Choose the instance type and the number of instances to be launched according to the number of pods required for the workload. The number of pods that can be scheduled on the nodes for an instance type needs to be calculated for the same; otherwise, the cluster creation cannot go to completion, as the pods cannot come up on the target cluster, due to resource unavailability.

The following section describes the method of calculating the pod capacity for individual AWS instance types. This will help in making exact choices of desired size of worker pool during cluster creation. We recommend selecting an instance that can support at least 30 pods.

Formula for Pod Calculation

Number of pods = N * (M-1) + 2

Where:

  • N is the number of Elastic Network Interfaces (ENI) of the instance type (Maximum network interfaces).
  • M is the number of IP addresses of a single ENI (Private IPv4 addresses per interface/IPv6 addresses per interface).
  • Values for N and M for each instance type can be referred from this document.

Example Calculation:

  • For instance type = t3.medium
  • For values of N = 3, and M = 6 (values derived from AWS document )
  • N * (M-1) + 2 = 3(6-1)+2 =17 pods/instances
  • In this example, we will need at least two (2) t3.medium instances to reach the minimum of 30 pods threshold.
Select the type and number of instances to support a minimum of 30 pods.

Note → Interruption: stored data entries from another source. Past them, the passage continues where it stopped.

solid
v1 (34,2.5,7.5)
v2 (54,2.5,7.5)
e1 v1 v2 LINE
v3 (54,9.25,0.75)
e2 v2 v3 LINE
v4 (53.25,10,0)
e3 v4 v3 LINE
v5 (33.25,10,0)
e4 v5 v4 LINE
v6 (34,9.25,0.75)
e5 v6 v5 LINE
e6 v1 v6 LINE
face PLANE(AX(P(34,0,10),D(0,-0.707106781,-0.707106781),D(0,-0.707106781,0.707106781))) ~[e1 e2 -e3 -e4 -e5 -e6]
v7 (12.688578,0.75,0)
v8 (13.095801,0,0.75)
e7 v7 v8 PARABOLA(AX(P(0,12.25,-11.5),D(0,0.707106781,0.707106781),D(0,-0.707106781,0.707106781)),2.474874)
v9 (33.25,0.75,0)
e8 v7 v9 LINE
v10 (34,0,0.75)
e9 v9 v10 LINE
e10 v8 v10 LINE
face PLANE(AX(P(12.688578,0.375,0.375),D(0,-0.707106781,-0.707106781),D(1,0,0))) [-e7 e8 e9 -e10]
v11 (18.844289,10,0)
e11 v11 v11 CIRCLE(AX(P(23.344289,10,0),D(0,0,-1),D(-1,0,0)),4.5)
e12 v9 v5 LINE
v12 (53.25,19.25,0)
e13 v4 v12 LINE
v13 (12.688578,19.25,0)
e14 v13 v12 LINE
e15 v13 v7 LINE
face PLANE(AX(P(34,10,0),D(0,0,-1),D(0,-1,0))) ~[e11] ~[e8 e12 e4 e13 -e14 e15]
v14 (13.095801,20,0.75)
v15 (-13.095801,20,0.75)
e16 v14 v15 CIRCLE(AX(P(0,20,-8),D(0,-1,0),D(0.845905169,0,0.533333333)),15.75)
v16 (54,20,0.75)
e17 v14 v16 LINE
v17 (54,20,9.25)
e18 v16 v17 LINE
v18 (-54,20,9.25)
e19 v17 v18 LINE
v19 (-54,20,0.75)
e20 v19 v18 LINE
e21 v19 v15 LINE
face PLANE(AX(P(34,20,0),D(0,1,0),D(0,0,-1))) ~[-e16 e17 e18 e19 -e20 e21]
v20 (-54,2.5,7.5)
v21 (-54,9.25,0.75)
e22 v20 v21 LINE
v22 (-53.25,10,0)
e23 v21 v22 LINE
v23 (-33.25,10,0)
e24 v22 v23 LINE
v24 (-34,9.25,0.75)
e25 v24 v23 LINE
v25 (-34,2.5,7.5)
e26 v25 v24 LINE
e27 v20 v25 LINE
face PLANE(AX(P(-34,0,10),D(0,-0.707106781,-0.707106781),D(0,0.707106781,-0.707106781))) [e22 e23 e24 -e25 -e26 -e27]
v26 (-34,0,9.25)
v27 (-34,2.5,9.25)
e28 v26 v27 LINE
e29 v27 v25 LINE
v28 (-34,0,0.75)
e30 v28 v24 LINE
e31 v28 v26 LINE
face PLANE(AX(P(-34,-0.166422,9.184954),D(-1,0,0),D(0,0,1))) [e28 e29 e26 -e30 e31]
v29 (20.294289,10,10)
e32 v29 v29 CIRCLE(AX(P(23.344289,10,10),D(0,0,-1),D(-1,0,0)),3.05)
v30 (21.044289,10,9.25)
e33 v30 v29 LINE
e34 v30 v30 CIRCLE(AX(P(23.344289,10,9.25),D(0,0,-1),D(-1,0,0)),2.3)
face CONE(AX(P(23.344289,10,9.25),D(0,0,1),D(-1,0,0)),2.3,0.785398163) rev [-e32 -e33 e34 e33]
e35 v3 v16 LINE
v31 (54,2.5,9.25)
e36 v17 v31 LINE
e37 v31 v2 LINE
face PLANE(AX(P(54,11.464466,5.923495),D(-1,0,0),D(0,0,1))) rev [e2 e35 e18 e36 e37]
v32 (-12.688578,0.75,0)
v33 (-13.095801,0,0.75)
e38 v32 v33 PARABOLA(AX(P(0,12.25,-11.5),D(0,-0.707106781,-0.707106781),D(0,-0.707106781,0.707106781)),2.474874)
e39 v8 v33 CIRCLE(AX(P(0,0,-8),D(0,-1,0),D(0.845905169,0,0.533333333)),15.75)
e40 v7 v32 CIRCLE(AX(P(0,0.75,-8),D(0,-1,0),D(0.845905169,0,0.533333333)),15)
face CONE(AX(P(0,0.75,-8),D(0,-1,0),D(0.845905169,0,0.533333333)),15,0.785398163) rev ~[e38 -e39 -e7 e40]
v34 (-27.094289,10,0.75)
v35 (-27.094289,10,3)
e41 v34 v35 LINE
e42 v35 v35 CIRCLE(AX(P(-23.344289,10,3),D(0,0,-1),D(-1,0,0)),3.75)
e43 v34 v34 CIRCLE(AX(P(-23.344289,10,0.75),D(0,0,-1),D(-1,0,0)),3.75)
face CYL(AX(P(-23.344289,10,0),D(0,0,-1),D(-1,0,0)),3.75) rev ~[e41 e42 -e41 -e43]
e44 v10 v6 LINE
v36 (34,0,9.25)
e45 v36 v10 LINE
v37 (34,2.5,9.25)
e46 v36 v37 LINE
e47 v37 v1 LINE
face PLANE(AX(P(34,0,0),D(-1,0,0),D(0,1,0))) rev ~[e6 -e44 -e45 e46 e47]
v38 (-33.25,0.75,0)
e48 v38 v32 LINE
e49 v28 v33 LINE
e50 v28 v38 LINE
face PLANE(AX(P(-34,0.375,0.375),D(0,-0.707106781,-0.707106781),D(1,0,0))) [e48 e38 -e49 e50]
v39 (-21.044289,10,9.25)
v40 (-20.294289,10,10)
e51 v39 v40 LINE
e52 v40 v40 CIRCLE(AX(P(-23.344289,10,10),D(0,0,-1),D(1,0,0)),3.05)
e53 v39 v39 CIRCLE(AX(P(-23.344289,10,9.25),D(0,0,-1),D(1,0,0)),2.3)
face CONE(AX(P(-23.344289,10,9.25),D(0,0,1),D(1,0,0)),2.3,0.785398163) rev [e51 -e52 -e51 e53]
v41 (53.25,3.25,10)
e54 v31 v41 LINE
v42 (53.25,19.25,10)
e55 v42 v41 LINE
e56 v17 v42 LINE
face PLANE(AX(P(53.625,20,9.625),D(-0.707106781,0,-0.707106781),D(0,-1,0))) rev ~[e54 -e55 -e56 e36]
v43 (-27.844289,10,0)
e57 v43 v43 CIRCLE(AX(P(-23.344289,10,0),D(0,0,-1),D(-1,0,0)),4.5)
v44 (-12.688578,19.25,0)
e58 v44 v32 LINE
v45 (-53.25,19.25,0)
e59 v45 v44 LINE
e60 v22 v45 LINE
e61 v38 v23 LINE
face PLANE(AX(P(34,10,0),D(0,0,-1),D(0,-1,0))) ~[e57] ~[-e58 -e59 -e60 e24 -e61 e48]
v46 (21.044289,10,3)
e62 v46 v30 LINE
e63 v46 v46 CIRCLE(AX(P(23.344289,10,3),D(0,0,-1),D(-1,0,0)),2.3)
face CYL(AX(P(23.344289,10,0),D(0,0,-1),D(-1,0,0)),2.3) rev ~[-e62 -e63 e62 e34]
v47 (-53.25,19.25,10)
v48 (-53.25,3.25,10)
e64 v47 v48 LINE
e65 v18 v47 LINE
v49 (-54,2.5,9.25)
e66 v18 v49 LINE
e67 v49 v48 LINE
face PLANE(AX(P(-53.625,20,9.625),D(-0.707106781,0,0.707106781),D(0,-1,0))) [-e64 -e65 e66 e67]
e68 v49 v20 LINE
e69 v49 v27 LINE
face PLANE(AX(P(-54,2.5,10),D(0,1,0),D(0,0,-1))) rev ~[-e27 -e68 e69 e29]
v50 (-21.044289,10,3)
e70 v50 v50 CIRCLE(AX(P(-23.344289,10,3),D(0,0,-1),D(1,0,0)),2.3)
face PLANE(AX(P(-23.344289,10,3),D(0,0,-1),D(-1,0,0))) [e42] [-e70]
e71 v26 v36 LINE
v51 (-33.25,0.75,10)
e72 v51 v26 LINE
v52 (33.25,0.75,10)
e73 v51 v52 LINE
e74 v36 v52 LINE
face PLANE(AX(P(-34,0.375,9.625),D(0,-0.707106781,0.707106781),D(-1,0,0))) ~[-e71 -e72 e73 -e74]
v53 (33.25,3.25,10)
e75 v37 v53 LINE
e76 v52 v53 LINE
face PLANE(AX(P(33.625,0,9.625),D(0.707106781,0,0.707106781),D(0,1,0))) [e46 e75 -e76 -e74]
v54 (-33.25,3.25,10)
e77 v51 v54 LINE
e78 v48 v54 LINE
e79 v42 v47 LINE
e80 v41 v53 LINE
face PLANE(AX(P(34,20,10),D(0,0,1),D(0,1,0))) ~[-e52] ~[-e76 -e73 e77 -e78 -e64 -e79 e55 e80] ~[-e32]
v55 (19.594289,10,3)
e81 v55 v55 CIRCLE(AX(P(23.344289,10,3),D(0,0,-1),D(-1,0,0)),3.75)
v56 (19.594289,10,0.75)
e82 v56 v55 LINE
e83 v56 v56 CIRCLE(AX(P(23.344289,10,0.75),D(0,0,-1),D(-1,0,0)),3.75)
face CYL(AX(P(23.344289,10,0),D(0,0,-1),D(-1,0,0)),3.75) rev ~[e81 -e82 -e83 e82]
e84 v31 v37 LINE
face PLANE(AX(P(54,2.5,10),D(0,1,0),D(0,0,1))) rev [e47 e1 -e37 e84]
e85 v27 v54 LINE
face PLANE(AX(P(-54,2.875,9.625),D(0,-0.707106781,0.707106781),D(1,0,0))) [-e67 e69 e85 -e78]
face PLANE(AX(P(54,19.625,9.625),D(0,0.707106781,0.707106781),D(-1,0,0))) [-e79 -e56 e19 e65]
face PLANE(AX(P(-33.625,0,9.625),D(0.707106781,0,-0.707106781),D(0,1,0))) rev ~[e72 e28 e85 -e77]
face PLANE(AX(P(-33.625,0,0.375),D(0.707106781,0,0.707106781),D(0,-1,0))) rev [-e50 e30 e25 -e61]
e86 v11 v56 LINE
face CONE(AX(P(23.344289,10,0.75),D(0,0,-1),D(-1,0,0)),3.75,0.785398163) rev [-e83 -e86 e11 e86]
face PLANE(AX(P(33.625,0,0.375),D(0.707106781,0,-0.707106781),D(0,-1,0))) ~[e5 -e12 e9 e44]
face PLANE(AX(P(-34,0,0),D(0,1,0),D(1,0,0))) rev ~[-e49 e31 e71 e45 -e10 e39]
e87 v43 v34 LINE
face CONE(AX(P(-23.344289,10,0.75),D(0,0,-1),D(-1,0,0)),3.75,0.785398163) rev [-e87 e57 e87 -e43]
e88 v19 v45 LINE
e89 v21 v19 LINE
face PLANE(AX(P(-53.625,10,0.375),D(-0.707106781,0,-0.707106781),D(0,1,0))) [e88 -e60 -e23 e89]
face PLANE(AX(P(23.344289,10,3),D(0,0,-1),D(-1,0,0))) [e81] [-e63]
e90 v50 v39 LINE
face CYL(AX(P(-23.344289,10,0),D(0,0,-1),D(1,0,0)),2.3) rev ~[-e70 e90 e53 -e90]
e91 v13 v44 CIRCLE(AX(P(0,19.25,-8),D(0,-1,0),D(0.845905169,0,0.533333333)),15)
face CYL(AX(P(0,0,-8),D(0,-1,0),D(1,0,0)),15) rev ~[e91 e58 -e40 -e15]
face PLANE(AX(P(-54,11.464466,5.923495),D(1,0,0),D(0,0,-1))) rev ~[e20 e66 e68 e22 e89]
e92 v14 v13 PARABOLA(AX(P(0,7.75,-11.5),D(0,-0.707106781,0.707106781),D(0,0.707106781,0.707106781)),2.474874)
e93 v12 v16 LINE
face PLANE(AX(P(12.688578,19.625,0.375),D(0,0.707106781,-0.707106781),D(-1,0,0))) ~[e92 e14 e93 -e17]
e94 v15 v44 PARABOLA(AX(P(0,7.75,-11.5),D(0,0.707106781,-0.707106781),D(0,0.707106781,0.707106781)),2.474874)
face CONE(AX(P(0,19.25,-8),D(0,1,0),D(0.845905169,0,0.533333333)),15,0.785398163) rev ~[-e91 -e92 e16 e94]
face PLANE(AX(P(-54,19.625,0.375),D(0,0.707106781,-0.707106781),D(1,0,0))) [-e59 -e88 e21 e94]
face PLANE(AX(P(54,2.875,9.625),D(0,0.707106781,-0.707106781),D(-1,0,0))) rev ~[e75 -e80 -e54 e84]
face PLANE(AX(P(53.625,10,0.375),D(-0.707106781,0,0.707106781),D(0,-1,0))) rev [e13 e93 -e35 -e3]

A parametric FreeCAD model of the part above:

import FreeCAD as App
import Part
import Sketcher

V = App.Vector
Q = App.Units.Quantity


def edges_at(feature, points):
    """Names of the edges that pass closest to the given points."""
    edges = feature.Shape.Edges
    near = lambda p: min(range(len(edges)), key=lambda i: edges[i].distToShape(Part.Vertex(*p))[0])
    return sorted({f"Edge{near(p) + 1}" for p in points})

doc = App.newDocument("Part")
params = doc.addObject("Spreadsheet::Sheet", "Params")
for row, (alias, value) in enumerate([
    ("sketch1_width", "68 mm"),
    ("sketch1_height", "20 mm"),
    ("pad1_length", "10 mm"),
    ("sketch2_width", "20 mm"),
    ("sketch2_width2", "10 mm"),
    ("pad2_length", "20 mm"),
    ("sketch3_diameter", "30 mm"),
    ("pocket1_length", "20 mm"),
    ("sketch4_diameter", "4.6 mm"),
    ("pocket2_length", "20 mm"),
    ("sketch5_diameter", "7.5 mm"),
    ("pocket3_length", "3 mm"),
    ("pocket4_length", "20 mm"),
    ("chamfer_size", "0.75 mm"),
], start=1):
    params.set(f"A{row}", alias)
    params.set(f"B{row}", "=" + value)
    params.setAlias(f"B{row}", alias)

body = doc.addObject("PartDesign::Body", "Body")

Hence, while setting the desired size of the worker pool, make the choice as per pod requirement. In the example given above, we need to launch a minimum of two (2) instances of t3.medium to satisfy the resource requirement of an EKS cluster.

Troubleshooting

If your EKS cluster worker pool ends up in Failed or Create Failed or Error nodes failed to join state, please refer to this Amazon provided Runbook

Deleting an EKS Cluster

The deletion of an EKS cluster results in the removal of all Virtual Machines and associated Storage Disks, created for the cluster. The following tasks need to be performed to delete an EKS cluster:

  1. Select the cluster to be deleted from the Cluster View page and navigate to the Cluster Overview page.
  1. Invoke a delete action available on the page: Cluster > Settings > Cluster Settings > Delete Cluster.
  1. Click Confirm to delete.

Cluster status is updated to Deleting while cluster resources are being deleted. Provisioning status is updated with the ongoing progress of the delete operation. Once all resources are successfully deleted, the cluster status changes to Deleted and is removed from the list of clusters.

Force Delete a Cluster

A cluster stuck in the Deletion state can be force deleted by the user through the User Interface. The user can go for a force deletion of the cluster only if it is stuck in a deletion state for a minimum of 15 minutes. Palette enables cluster force delete from the tenant admin and project admin scope.

To force delete a cluster:

  1. Log in to the Palette Management Console.
  1. Navigate to the Cluster Details page of the cluster stuck in deletion.

    • If the deletion is stuck for more than 15 minutes, click the Force Delete Cluster button from the Settings dropdown.

    • If the Force Delete Cluster button is not enabled, wait for 15 minutes. The Settings dropdown will give the estimated time for the auto-enabling of the force delete button.

If there are any cloud resources still on the cloud, the user should cleanup those resources before going for the force deletion.